> [Exercise objective]
What is needed here is an exact repetition of the records below, beginning at the line that has "face PLANE(AX(P(0,3,0),D(0,1,0),D(0,0,1))) [-e22]" and stopping after the line that has "The same part".

> [Exercise input]
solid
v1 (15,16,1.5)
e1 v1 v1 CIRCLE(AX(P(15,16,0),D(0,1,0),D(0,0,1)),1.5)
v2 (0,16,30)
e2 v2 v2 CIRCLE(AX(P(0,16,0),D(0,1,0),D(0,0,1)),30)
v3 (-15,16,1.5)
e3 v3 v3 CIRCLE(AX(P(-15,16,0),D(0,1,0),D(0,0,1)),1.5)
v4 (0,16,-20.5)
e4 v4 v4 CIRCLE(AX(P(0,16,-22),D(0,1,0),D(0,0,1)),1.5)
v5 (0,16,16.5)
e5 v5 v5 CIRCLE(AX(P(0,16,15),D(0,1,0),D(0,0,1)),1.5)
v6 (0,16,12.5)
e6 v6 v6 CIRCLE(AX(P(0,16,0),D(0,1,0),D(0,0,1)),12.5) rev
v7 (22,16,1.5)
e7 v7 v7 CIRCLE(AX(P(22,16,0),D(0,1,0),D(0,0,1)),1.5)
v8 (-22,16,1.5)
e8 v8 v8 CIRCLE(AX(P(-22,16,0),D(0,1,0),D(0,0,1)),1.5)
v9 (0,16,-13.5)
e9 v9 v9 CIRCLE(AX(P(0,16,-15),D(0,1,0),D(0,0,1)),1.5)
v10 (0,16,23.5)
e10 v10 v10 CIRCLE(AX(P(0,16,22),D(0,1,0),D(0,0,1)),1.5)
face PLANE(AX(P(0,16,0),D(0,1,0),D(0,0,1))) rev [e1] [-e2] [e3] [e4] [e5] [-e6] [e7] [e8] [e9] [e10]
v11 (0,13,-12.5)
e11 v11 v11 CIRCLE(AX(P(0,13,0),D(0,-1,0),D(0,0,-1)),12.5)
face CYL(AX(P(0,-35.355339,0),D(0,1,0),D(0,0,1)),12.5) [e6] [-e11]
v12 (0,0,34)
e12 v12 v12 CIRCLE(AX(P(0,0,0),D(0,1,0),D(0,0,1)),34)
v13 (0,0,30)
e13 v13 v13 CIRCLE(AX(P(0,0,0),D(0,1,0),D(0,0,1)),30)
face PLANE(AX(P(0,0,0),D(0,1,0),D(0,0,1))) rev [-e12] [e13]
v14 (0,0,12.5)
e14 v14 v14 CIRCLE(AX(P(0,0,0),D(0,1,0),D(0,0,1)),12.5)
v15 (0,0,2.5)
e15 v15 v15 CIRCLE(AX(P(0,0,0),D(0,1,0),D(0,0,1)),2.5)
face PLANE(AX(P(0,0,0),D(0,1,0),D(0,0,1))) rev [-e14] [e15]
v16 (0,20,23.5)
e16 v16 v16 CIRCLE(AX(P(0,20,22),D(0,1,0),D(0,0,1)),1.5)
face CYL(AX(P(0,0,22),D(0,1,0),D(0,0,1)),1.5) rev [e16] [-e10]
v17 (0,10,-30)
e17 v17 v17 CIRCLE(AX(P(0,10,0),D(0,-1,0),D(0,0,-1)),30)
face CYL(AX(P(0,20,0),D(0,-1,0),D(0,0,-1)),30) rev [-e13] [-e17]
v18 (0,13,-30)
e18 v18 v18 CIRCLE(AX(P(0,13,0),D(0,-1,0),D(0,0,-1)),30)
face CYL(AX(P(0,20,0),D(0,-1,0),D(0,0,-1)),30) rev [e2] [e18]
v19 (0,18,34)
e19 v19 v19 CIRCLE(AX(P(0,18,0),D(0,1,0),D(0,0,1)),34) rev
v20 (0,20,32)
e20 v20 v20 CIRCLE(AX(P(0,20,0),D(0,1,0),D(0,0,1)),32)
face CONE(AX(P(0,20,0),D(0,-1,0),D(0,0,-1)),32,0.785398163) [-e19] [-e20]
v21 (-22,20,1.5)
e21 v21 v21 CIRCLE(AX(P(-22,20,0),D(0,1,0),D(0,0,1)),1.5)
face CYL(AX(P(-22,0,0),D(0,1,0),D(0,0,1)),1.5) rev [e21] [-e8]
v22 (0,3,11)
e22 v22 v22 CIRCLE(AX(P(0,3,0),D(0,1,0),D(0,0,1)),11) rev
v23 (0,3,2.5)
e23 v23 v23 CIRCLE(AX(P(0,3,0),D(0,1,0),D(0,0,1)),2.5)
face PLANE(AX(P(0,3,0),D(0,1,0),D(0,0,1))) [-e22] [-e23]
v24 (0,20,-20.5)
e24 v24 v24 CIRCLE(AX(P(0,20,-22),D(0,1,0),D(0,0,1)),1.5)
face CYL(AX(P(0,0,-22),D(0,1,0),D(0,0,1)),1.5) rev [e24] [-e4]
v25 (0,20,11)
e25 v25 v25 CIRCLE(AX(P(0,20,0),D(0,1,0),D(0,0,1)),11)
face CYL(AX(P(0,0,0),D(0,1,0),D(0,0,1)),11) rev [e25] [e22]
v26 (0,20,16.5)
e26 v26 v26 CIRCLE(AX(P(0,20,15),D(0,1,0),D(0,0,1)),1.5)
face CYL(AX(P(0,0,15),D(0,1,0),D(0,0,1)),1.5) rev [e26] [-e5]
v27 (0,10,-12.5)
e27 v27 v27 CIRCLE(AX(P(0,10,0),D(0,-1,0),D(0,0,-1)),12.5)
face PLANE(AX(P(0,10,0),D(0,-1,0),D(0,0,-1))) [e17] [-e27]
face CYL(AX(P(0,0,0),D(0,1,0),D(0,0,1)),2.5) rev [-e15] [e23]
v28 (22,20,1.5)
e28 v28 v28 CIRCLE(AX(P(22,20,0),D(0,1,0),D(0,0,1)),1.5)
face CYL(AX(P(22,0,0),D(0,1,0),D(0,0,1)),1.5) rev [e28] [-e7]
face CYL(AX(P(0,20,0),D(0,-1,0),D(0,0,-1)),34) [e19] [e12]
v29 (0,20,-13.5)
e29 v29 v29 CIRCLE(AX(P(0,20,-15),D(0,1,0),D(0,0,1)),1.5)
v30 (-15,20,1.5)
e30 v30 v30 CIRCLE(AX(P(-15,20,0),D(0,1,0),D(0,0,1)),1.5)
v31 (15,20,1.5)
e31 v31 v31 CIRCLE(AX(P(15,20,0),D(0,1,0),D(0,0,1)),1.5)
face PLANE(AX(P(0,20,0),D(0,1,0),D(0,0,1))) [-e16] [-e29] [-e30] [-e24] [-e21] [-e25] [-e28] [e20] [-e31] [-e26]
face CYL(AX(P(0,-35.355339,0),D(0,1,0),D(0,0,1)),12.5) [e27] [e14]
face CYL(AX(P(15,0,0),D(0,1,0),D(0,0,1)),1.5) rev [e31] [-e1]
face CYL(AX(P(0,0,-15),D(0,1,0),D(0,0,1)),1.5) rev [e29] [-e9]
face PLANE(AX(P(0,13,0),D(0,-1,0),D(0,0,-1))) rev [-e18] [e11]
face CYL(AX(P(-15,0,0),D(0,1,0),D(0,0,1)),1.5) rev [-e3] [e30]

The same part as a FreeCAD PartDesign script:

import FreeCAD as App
import Part
import Sketcher
from FreeCAD import Vector
Q = App.Units.Quantity


def edges_at(feature, points):
    """Names of the edges that pass closest to the given points."""
    edges = feature.Shape.Edges
    near = lambda p: min(range(len(edges)), key=lambda i: edges[i].distToShape(Part.Vertex(*p))[0])
    return sorted({f"Edge{near(p) + 1}" for p in points})

doc = App.newDocument("Part")
params = doc.addObject("Spreadsheet::Sheet", "Params")
for row, (alias, value) in enumerate([
    ("sketch1_diameter", "68 mm"),
    ("sketch1_diameter2", "60 mm"),
    ("pad1_length", "20 mm"),
    ("sketch2_diameter", "68 mm"),
    ("pad2_length", "4 mm"),
    ("sketch3_diameter", "22 mm"),
    ("sketch3_diameter2", "3 mm"),
    ("chamfer_size", "2 mm"),
    ("sketch4_diameter", "25 mm"),
    ("sketch4_diameter2", "22 mm"),
    ("pad3_length", "16 mm"),
    ("sketch5_diameter", "25 mm"),
    ("pad4_length", "3 mm"),
    ("sketch6_diameter", "5 mm"),
    ("sketch7_diameter", "60 mm"),
    ("sketch7_diameter2", "25 mm"),
    ("pad5_length", "3 mm"),
], start=1):
    params.set(f"A{row}", alias)
    params.set(f"B{row}", "=" + value)
    params.setAlias(f"B{row}", alias)

body = doc.addObject("PartDesign::Body", "Body")

# Sketch on XZ plane
sketch1 = body.newObject("Sketcher::SketchObject", "Sketch")
sketch1.AttachmentSupport = (doc.getObject("XZ_Plane"), [""])
sketch1.MapMode = "FlatFace"
sketch1.addGeometry([
    Part.Circle(Vector(0, 0, 0), Vector(0, 0, 1), 34),
    Part.Circle(Vector(0, 0, 0), Vector(0, 0, 1), 30),
], False)
sketch1.addConstraint([
    Sketcher.Constraint("Coincident", 0, 3, -1, 1),
    Sketcher.Constraint("Coincident", 1, 3, -1, 1),
    Sketcher.Constraint("Diameter", 0, Q("68 mm")),
    Sketcher.Constraint("Diameter", 1, Q("60 mm")),
])
sketch1.setExpression("Constraints[2]", "Params.sketch1_diameter")
sketch1.setExpression("Constraints[3]", "Params.sketch1_diameter2")
pad1 = body.newObject("PartDesign::Pad", "Pad")
pad1.Profile = sketch1
pad1.setExpression("Length", "Params.pad1_length")
pad1.Reversed = True

# Sketch on XZ plane
sketch2 = body.newObject("Sketcher::SketchObject", "Sketch001")
sketch2.AttachmentSupport = (doc.getObject("XZ_Plane"), [""])
sketch2.MapMode = "FlatFace"
sketch2.AttachmentOffset = App.Placement(Vector(0, 0, -20), App.Rotation())
sketch2.addGeometry(Part.Circle(Vector(0, 0, 0), Vector(0, 0, 1), 34), False)
sketch2.addConstraint([
    Sketcher.Constraint("Coincident", 0, 3, -1, 1),
    Sketcher.Constraint("Diameter", 0, Q("68 mm")),
])
sketch2.setExpression("Constraints[1]", "Params.sketch2_diameter")
pad2 = body.newObject("PartDesign::Pad", "Pad001")
pad2.Profile = sketch2
pad2.setExpression("Length", "Params.pad2_length")

# Sketch on XZ plane
sketch3 = body.newObject("Sketcher::SketchObject", "Sketch002")
sketch3.AttachmentSupport = (doc.getObject("XZ_Plane"), [""])
sketch3.MapMode = "FlatFace"
sketch3.AttachmentOffset = App.Placement(Vector(0, 0, -20), App.Rotation())
sketch3.addGeometry([
    Part.Circle(Vector(0, 0, 0), Vector(0, 0, 1), 11),  # 0
    Part.Circle(Vector(0, -15, 0), Vector(0, 0, 1), 1.5),  # 1
    Part.Circle(Vector(0, -22, 0), Vector(0, 0, 1), 1.5),  # 2
    Part.Circle(Vector(15, 0, 0), Vector(0, 0, 1), 1.5),  # 3
    Part.Circle(Vector(22, 0, 0), Vector(0, 0, 1), 1.5),  # 4
    Part.Circle(Vector(0, 15, 0), Vector(0, 0, 1), 1.5),  # 5
    Part.Circle(Vector(0, 22, 0), Vector(0, 0, 1), 1.5),  # 6
    Part.Circle(Vector(-15, 0, 0), Vector(0, 0, 1), 1.5),  # 7
    Part.Circle(Vector(-22, 0, 0), Vector(0, 0, 1), 1.5),  # 8
], False)
sketch3.addConstraint([
    Sketcher.Constraint("Coincident", 0, 3, -1, 1),
    Sketcher.Constraint("Equal", 1, 2),
    Sketcher.Constraint("Equal", 2, 3),
    Sketcher.Constraint("Equal", 3, 4),
    Sketcher.Constraint("Equal", 4, 5),
    Sketcher.Constraint("Equal", 5, 6),
    Sketcher.Constraint("Equal", 6, 7),
    Sketcher.Constraint("Equal", 7, 8),
    Sketcher.Constraint("Symmetric", 1, 3, 5, 3, -1, 1),
    Sketcher.Constraint("Symmetric", 2, 3, 6, 3, -1, 1),
    Sketcher.Constraint("Symmetric", 3, 3, 7, 3, -1, 1),
    Sketcher.Constraint("Symmetric", 4, 3, 8, 3, -1, 1),
    Sketcher.Constraint("PointOnObject", 1, 3, -2),
    Sketcher.Constraint("PointOnObject", 2, 3, -2),
    Sketcher.Constraint("PointOnObject", 3, 3, -1),
    Sketcher.Constraint("PointOnObject", 4, 3, -1),
    Sketcher.Constraint("Diameter", 0, Q("22 mm")),
    Sketcher.Constraint("Diameter", 1, Q("3 mm")),
    Sketcher.Constraint("DistanceY", 1, 3, -1, 1, Q("15 mm")),
    Sketcher.Constraint("DistanceY", 2, 3, -1, 1, Q("22 mm")),
    Sketcher.Constraint("DistanceX", -1, 1, 3, 3, Q("15 mm")),
    Sketcher.Constraint("DistanceX", -1, 1, 4, 3, Q("22 mm")),
])
sketch3.setExpression("Constraints[16]", "Params.sketch3_diameter")
sketch3.setExpression("Constraints[17]", "Params.sketch3_diameter2")
pocket1 = body.newObject("PartDesign::Pocket", "Pocket")
pocket1.Profile = sketch3
pocket1.Type = "ThroughAll"
pocket1.Reversed = True
doc.recompute()

chamfer = body.newObject("PartDesign::Chamfer", "Chamfer")
chamfer.Base = (pocket1, edges_at(pocket1, [(0, 20, -34)]))
chamfer.setExpression("Size", "Params.chamfer_size")

# Sketch on XZ plane
sketch4 = body.newObject("Sketcher::SketchObject", "Sketch003")
sketch4.AttachmentSupport = (doc.getObject("XZ_Plane"), [""])
sketch4.MapMode = "FlatFace"
sketch4.AttachmentOffset = App.Placement(Vector(0, 0, -16), App.Rotation())
sketch4.addGeometry([
    Part.Circle(Vector(0, 0, 0), Vector(0, 0, 1), 12),
    Part.Circle(Vector(0, 0, 0), Vector(0, 0, 1), 11),
], False)
sketch4.addConstraint([
    Sketcher.Constraint("Coincident", 0, 3, -1, 1),
    Sketcher.Constraint("Coincident", 1, 3, -1, 1),
    Sketcher.Constraint("Diameter", 0, Q("25 mm")),
    Sketcher.Constraint("Diameter", 1, Q("22 mm")),
])
sketch4.setExpression("Constraints[2]", "Params.sketch4_diameter")
sketch4.setExpression("Constraints[3]", "Params.sketch4_diameter2")
pad3 = body.newObject("PartDesign::Pad", "Pad002")
pad3.Profile = sketch4
pad3.setExpression("Length", "Params.pad3_length")

# Sketch on XZ plane
sketch5 = body.newObject("Sketcher::SketchObject", "Sketch004")
sketch5.AttachmentSupport = (doc.getObject("XZ_Plane"), [""])
sketch5.MapMode = "FlatFace"
sketch5.addGeometry(Part.Circle(Vector(0, 0, 0), Vector(0, 0, 1), 12), False)
sketch5.addConstraint([
    Sketcher.Constraint("Coincident", 0, 3, -1, 1),
    Sketcher.Constraint("Diameter", 0, Q("25 mm")),
])
sketch5.setExpression("Constraints[1]", "Params.sketch5_diameter")
pad4 = body.newObject("PartDesign::Pad", "Pad003")
pad4.Profile = sketch5
pad4.setExpression("Length", "Params.pad4_length")
pad4.Reversed = True

# Sketch on XZ plane
sketch6 = body.newObject("Sketcher::SketchObject", "Sketch005")
sketch6.AttachmentSupport = (doc.getObject("XZ_Plane"), [""])
sketch6.MapMode = "FlatFace"
sketch6.AttachmentOffset = App.Placement(Vector(0, 0, -3), App.Rotation())
sketch6.addGeometry(Part.Circle(Vector(0, 0, 0), Vector(0, 0, 1), 2.5), False)
sketch6.addConstraint([
    Sketcher.Constraint("Coincident", 0, 3, -1, 1),
    Sketcher.Constraint("Diameter", 0, Q("5 mm")),
])
sketch6.setExpression("Constraints[1]", "Params.sketch6_diameter")
pocket2 = body.newObject("PartDesign::Pocket", "Pocket001")
pocket2.Profile = sketch6
pocket2.Type = "ThroughAll"
pocket2.Reversed = True

# Sketch on XZ plane
sketch7 = body.newObject("Sketcher::SketchObject", "Sketch006")
sketch7.AttachmentSupport = (doc.getObject("XZ_Plane"), [""])
sketch7.MapMode = "FlatFace"
sketch7.AttachmentOffset = App.Placement(Vector(0, 0, -13), App.Rotation())
sketch7.addGeometry([
    Part.Circle(Vector(0, 0, 0), Vector(0, 0, 1), 30),
    Part.Circle(Vector(0, 0, 0), Vector(0, 0, 1), 12),
], False)
sketch7.addConstraint([
    Sketcher.Constraint("Coincident", 0, 3, -1, 1),
    Sketcher.Constraint("Coincident", 1, 3, -1, 1),
    Sketcher.Constraint("Diameter", 0, Q("60 mm")),
    Sketcher.Constraint("Diameter", 1, Q("25 mm")),
])
sketch7.setExpression("Constraints[2]", "Params.sketch7_diameter")
sketch7.setExpression("Constraints[3]", "Params.sketch7_diameter2")
pad5 = body.newObject("PartDesign::Pad", "Pad004")
pad5.Profile = sketch7
pad5.setExpression("Length", "Params.pad5_length")

doc.recompute()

> [Response to this task]
face PLANE(AX(P(0,3,0),D(0,1,0),D(0,0,1))) [-e22] [-e23]
v24 (0,20,-20.5)
e24 v24 v24 CIRCLE(AX(P(0,20,-22),D(0,1,0),D(0,0,1)),1.5)
face CYL(AX(P(0,0,-22),D(0,1,0),D(0,0,1)),1.5) rev [e24] [-e4]
v25 (0,20,11)
e25 v25 v25 CIRCLE(AX(P(0,20,0),D(0,1,0),D(0,0,1)),11)
face CYL(AX(P(0,0,0),D(0,1,0),D(0,0,1)),11) rev [e25] [e22]
v26 (0,20,16.5)
e26 v26 v26 CIRCLE(AX(P(0,20,15),D(0,1,0),D(0,0,1)),1.5)
face CYL(AX(P(0,0,15),D(0,1,0),D(0,0,1)),1.5) rev [e26] [-e5]
v27 (0,10,-12.5)
e27 v27 v27 CIRCLE(AX(P(0,10,0),D(0,-1,0),D(0,0,-1)),12.5)
face PLANE(AX(P(0,10,0),D(0,-1,0),D(0,0,-1))) [e17] [-e27]
face CYL(AX(P(0,0,0),D(0,1,0),D(0,0,1)),2.5) rev [-e15] [e23]
v28 (22,20,1.5)
e28 v28 v28 CIRCLE(AX(P(22,20,0),D(0,1,0),D(0,0,1)),1.5)
face CYL(AX(P(22,0,0),D(0,1,0),D(0,0,1)),1.5) rev [e28] [-e7]
face CYL(AX(P(0,20,0),D(0,-1,0),D(0,0,-1)),34) [e19] [e12]
v29 (0,20,-13.5)
e29 v29 v29 CIRCLE(AX(P(0,20,-15),D(0,1,0),D(0,0,1)),1.5)
v30 (-15,20,1.5)
e30 v30 v30 CIRCLE(AX(P(-15,20,0),D(0,1,0),D(0,0,1)),1.5)
v31 (15,20,1.5)
e31 v31 v31 CIRCLE(AX(P(15,20,0),D(0,1,0),D(0,0,1)),1.5)
face PLANE(AX(P(0,20,0),D(0,1,0),D(0,0,1))) [-e16] [-e29] [-e30] [-e24] [-e21] [-e25] [-e28] [e20] [-e31] [-e26]
face CYL(AX(P(0,-35.355339,0),D(0,1,0),D(0,0,1)),12.5) [e27] [e14]
face CYL(AX(P(15,0,0),D(0,1,0),D(0,0,1)),1.5) rev [e31] [-e1]
face CYL(AX(P(0,0,-15),D(0,1,0),D(0,0,1)),1.5) rev [e29] [-e9]
face PLANE(AX(P(0,13,0),D(0,-1,0),D(0,0,-1))) rev [-e18] [e11]
face CYL(AX(P(-15,0,0),D(0,1,0),D(0,0,1)),1.5) rev [-e3] [e30]

The same part as a FreeCAD PartDesign script:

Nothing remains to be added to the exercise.